A deadlock is a situation where two or more processes are each waiting for resources held by the others, creating a circular dependency where none can proceed. Imagine two people in a narrow hallway — each waiting for the other to move aside, so neither can pass.
Four conditions must ALL be present simultaneously for deadlock: Mutual Exclusion (resources cannot be shared), Hold and Wait (processes hold resources while waiting for others), No Preemption (resources cannot be forcibly taken), Circular Wait (a circular chain of processes each waiting for a resource held by the next).

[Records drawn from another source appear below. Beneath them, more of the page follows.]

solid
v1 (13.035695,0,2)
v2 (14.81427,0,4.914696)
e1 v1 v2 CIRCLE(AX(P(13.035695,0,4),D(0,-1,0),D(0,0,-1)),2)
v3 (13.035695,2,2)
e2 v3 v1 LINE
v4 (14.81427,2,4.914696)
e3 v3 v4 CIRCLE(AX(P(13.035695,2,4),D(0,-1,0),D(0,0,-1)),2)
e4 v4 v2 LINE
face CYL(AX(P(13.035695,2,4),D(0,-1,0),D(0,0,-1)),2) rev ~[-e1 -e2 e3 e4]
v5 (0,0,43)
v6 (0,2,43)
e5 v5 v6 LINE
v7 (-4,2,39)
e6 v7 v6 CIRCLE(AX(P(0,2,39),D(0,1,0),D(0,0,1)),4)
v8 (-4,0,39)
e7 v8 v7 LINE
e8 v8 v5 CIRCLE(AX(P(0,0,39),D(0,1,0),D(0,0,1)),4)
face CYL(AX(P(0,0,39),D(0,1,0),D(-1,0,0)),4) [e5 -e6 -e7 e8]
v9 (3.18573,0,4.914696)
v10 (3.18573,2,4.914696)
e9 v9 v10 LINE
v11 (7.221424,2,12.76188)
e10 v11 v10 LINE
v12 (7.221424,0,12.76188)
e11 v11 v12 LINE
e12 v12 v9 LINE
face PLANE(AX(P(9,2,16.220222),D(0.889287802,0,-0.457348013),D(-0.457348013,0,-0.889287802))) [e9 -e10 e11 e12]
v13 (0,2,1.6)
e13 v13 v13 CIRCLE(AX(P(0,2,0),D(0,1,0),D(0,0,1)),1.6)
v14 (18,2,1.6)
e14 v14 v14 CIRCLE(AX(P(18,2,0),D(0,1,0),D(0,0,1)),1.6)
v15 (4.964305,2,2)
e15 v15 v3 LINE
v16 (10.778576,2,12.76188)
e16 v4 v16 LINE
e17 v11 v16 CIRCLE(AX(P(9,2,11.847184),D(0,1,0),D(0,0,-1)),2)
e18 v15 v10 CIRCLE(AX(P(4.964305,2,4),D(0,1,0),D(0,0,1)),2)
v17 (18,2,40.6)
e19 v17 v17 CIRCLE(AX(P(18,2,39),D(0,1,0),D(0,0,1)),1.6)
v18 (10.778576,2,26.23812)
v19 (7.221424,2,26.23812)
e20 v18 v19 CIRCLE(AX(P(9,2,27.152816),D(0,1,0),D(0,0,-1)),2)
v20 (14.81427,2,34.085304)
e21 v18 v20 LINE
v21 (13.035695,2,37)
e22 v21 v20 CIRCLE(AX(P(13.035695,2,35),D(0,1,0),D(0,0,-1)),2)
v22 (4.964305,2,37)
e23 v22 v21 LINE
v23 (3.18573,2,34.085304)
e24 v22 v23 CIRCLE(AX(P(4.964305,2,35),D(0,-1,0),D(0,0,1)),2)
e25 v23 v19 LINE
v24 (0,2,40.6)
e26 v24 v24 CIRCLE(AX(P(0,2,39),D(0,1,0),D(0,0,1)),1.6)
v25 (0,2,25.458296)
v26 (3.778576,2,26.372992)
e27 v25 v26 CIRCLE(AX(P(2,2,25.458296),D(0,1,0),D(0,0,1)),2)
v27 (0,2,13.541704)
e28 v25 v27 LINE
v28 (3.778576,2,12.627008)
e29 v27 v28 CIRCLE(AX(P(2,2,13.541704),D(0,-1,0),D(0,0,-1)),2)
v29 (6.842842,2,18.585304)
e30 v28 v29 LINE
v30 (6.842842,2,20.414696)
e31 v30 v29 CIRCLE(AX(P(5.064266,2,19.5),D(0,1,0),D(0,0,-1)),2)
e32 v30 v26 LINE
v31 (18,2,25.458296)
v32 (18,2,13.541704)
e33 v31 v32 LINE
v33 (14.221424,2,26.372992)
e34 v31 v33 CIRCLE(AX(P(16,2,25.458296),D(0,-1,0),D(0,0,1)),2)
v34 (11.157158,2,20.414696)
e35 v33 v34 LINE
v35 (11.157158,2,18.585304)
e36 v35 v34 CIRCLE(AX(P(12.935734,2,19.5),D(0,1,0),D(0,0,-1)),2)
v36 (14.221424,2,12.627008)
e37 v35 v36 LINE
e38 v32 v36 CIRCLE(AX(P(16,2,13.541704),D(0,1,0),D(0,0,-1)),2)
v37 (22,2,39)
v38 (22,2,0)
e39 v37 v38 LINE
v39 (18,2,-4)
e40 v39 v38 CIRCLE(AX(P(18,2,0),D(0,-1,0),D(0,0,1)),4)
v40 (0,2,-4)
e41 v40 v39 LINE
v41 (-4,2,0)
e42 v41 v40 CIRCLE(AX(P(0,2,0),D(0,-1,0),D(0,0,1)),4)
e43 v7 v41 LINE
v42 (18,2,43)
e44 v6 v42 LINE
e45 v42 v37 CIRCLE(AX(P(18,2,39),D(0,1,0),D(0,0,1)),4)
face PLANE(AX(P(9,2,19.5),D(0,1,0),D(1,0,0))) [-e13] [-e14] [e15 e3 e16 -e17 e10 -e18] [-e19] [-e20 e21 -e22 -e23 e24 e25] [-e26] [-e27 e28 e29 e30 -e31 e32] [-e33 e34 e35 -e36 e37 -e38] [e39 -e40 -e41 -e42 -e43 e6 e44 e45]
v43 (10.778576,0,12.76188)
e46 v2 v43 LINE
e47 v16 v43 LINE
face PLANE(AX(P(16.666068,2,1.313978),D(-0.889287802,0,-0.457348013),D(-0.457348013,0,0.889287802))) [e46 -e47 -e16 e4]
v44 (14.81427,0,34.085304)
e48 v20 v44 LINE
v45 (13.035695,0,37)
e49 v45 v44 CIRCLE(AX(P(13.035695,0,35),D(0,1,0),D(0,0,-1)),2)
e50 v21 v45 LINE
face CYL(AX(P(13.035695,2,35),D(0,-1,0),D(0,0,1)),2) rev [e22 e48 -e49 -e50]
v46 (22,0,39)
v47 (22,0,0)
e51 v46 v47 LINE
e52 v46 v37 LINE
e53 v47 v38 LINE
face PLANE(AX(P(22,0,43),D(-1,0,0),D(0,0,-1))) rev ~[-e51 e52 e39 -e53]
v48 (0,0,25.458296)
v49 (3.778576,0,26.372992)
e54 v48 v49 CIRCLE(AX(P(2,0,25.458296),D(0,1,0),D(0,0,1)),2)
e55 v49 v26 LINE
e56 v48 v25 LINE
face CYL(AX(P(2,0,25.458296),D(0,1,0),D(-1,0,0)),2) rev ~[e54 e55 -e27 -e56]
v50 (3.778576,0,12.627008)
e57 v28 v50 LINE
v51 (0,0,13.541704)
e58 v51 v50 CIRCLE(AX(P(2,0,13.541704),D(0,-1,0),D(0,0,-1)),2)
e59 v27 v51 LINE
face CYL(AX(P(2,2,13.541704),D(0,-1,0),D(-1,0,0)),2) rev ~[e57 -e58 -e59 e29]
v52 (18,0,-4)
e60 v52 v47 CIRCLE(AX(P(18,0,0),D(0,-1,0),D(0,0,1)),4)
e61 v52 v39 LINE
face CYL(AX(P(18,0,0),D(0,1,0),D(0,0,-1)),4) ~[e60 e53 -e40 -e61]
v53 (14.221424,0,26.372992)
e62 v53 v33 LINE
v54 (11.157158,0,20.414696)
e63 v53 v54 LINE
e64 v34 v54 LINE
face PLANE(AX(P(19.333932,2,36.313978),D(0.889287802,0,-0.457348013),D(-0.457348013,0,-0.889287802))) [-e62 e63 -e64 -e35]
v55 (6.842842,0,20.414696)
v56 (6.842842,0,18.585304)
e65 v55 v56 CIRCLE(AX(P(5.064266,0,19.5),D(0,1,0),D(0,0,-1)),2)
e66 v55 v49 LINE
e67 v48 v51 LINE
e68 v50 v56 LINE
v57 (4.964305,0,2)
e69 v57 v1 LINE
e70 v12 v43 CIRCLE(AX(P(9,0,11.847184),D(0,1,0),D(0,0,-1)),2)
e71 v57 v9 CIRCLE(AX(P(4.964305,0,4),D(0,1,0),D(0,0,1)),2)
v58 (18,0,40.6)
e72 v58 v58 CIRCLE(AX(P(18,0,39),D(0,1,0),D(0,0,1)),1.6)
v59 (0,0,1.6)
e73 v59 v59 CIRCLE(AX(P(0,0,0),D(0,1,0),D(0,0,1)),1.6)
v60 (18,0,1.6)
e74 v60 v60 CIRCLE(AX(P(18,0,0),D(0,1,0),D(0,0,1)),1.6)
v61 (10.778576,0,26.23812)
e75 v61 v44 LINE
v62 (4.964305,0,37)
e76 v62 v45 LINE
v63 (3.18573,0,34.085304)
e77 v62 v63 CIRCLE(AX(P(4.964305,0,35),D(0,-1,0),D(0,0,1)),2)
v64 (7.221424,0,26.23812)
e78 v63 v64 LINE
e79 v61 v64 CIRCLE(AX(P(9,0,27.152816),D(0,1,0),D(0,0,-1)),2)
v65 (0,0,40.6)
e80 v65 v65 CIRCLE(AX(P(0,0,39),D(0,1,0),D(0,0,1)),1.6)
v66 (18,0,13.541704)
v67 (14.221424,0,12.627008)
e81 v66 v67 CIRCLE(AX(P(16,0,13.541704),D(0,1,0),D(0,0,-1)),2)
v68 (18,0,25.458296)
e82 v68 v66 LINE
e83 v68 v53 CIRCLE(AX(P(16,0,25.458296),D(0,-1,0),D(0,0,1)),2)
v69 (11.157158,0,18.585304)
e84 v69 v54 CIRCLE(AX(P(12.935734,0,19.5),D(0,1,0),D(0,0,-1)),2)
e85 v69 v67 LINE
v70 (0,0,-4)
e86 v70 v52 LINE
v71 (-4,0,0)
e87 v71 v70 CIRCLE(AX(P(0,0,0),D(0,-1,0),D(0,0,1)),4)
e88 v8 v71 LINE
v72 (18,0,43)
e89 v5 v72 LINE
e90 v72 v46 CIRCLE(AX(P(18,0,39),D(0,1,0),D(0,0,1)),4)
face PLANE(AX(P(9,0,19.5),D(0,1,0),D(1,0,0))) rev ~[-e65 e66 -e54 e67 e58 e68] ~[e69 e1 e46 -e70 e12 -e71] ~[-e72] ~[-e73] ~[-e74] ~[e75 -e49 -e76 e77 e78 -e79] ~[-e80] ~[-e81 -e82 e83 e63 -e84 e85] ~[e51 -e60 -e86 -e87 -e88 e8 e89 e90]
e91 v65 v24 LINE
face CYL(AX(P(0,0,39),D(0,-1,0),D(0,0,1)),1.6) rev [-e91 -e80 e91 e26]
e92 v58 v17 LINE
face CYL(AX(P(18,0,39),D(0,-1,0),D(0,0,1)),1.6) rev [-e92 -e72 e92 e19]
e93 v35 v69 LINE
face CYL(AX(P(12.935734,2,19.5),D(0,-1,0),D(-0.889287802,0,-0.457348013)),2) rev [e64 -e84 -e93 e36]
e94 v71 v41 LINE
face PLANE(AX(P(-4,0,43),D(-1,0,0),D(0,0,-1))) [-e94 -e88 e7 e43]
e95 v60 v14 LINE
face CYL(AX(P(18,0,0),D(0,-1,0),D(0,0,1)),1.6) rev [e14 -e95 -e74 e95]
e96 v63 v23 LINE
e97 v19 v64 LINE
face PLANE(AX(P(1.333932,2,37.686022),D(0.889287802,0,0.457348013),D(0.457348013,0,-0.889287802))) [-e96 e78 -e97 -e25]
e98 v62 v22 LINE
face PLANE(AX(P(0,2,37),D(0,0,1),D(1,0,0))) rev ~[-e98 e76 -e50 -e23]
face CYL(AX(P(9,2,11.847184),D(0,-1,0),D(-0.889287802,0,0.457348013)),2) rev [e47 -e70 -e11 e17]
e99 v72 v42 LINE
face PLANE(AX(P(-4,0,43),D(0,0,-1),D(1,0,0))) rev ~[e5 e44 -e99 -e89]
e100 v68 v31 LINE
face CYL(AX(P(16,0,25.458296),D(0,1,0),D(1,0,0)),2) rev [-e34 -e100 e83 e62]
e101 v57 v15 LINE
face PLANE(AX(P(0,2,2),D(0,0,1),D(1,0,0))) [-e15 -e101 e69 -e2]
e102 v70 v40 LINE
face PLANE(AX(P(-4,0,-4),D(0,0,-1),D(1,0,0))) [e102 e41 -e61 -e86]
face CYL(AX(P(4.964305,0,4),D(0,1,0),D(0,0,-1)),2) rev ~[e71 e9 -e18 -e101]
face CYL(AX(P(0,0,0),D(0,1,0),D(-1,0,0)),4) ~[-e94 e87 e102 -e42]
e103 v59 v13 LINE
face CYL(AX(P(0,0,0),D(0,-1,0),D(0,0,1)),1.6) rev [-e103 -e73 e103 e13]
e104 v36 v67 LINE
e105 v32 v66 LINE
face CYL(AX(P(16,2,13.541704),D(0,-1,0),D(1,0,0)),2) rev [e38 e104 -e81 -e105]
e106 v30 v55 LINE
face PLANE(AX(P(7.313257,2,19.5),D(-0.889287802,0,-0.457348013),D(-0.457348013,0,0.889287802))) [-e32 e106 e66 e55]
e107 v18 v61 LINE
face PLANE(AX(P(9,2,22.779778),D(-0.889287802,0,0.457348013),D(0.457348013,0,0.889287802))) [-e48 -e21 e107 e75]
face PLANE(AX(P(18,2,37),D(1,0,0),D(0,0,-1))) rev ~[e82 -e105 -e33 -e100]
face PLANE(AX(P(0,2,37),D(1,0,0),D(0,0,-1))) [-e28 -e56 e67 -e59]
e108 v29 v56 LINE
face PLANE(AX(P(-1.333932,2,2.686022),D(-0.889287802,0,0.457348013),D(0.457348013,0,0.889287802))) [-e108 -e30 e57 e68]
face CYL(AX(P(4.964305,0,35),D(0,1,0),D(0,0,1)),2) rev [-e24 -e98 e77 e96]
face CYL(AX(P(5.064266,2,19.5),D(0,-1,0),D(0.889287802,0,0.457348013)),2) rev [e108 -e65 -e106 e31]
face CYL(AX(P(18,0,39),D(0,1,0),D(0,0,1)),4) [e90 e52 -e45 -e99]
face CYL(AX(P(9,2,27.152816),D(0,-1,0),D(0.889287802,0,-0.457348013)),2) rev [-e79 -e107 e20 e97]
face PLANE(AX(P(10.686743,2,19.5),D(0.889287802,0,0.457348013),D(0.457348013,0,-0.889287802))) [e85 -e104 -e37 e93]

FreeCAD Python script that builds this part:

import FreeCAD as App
import Part
import Sketcher
Q = App.Units.Quantity


def edges_at(feature, points):
    """Names of the edges that pass closest to the given points."""
    edges = feature.Shape.Edges
    near = lambda p: min(range(len(edges)), key=lambda i: edges[i].distToShape(Part.Vertex(*p))[0])
    return sorted({f"Edge{near(p) + 1}" for p in points})


def add_polygon(sketch, points):
    """Adds a closed chain of lines whose ends are joined by coincident constraints."""
    first, n = sketch.GeometryCount, len(points)
    for a, b in zip(points, points[1:] + points[:1]):
        sketch.addGeometry(Part.LineSegment(App.Vector(*a, 0), App.Vector(*b, 0)), False)
    for i in range(n):
        sketch.addConstraint(Sketcher.Constraint("Coincident", first + i, 2, first + (i + 1) % n, 1))

doc = App.newDocument("Part")
params = doc.addObject("Spreadsheet::Sheet", "Params")
for row, (alias, value) in enumerate([
    ("sketch1_diameter", "3.2 mm"),
    ("sketch1_width", "26 mm"),
    ("sketch1_height", "47 mm"),
    ("pad1_length", "2 mm"),
    ("fillet_radius", "4 mm"),
    ("sketch2_width", "18 mm"),
    ("sketch2_height", "35 mm"),
    ("pocket1_length", "2 mm"),
    ("sketch3_length", "3 mm"),
    ("pad2_length", "2 mm"),
    ("fillet2_radius", "2 mm"),
], start=1):
    params.set(f"A{row}", alias)
    params.set(f"B{row}", "=" + value)
    params.setAlias(f"B{row}", alias)

body = doc.addObject("PartDesign::Body", "Body")

# Sketch on XZ plane
sketch1 = doc.addObject("Sketcher::SketchObject", "Sketch")
body.addObject(sketch1)
sketch1.AttachmentSupport = (doc.XZ_Plane, [""])
sketch1.MapMode = "FlatFace"
add_polygon(sketch1, [(-4, -4), (-4, 43), (22, 43), (22, -4)])  # lines 0-3
sketch1.addGeometry(Part.Circle(App.Vector(0, 39, 0), App.Vector(0, 0, 1), 1.6), False)  # 4
sketch1.addGeometry(Part.Circle(App.Vector(18, 39, 0), App.Vector(0, 0, 1), 1.6), False)  # 5
sketch1.addGeometry(Part.Circle(App.Vector(0, 0, 0), App.Vector(0, 0, 1), 1.6), False)  # 6
sketch1.addGeometry(Part.Circle(App.Vector(18, 0, 0), App.Vector(0, 0, 1), 1.6), False)  # 7
sketch1.addConstraint([
    Sketcher.Constraint("Vertical", 0),
    Sketcher.Constraint("Horizontal", 1),
    Sketcher.Constraint("Vertical", 2),
    Sketcher.Constraint("Horizontal", 3),
    Sketcher.Constraint("Coincident", 6, 3, -1, 1),
    Sketcher.Constraint("Equal", 4, 5),
    Sketcher.Constraint("Equal", 5, 6),
    Sketcher.Constraint("Equal", 6, 7),
    Sketcher.Constraint("PointOnObject", 4, 3, -2),
    Sketcher.Constraint("PointOnObject", 7, 3, -1),
    Sketcher.Constraint("Horizontal", 4, 3, 5, 3),
    Sketcher.Constraint("Vertical", 5, 3, 7, 3),
    Sketcher.Constraint("Diameter", 4, Q("3.2 mm")),
    Sketcher.Constraint("DistanceX", 1, 1, 1, 2, Q("26 mm")),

How can deadlocks be handled?
Prevention: ensure at least one of the four conditions cannot occur. Avoidance: use algorithms (like Banker's Algorithm) to ensure the system never enters an unsafe state. Detection and Recovery: allow deadlocks to occur, detect them, and recover (by killing processes or preempting resources). Ignorance: ignore the problem and restart if it occurs (used by most desktop OS due to rarity of deadlocks).
File Systems
What is a file system?
A file system is the method an OS uses to organize, store, and retrieve files on storage devices. It manages how data is physically arranged on disk and maintains metadata (file names, sizes, permissions, locations, timestamps). Common file systems: NTFS (Windows), ext4 (Linux), APFS (macOS), FAT32 (portable drives, limited to 4GB file size).
What is fragmentation?
Internal fragmentation: wasted space within allocated memory blocks (a process gets more space than it needs). External fragmentation: enough total free memory exists but it is scattered in non-contiguous blocks too small to satisfy a request. Compaction (moving processes to create contiguous free space) or paging can solve external fragmentation.
Key Takeaways
- Understand process states and transitions — draw the state diagram from memory
- Know at least three CPU scheduling algorithms with their advantages and disadvantages
- Virtual memory, paging, and page faults are consistently tested topics
- Deadlock requires knowing the four conditions and prevention/avoidance strategies
- Practice explaining concepts in your own words — interviews test understanding, not memorization
- Use real-world analogies to demonstrate deep understanding in interviews
- Draw diagrams for process state transitions, memory allocation, and scheduling timelines
Exam Focus
Revise definitions, diagrams, examples, and short-answer points for Operating System Interview Questions — Computer Fundamentals.
Interview Use
Prepare one clear explanation, one practical example, and one common mistake for this Computer Fundamentals topic.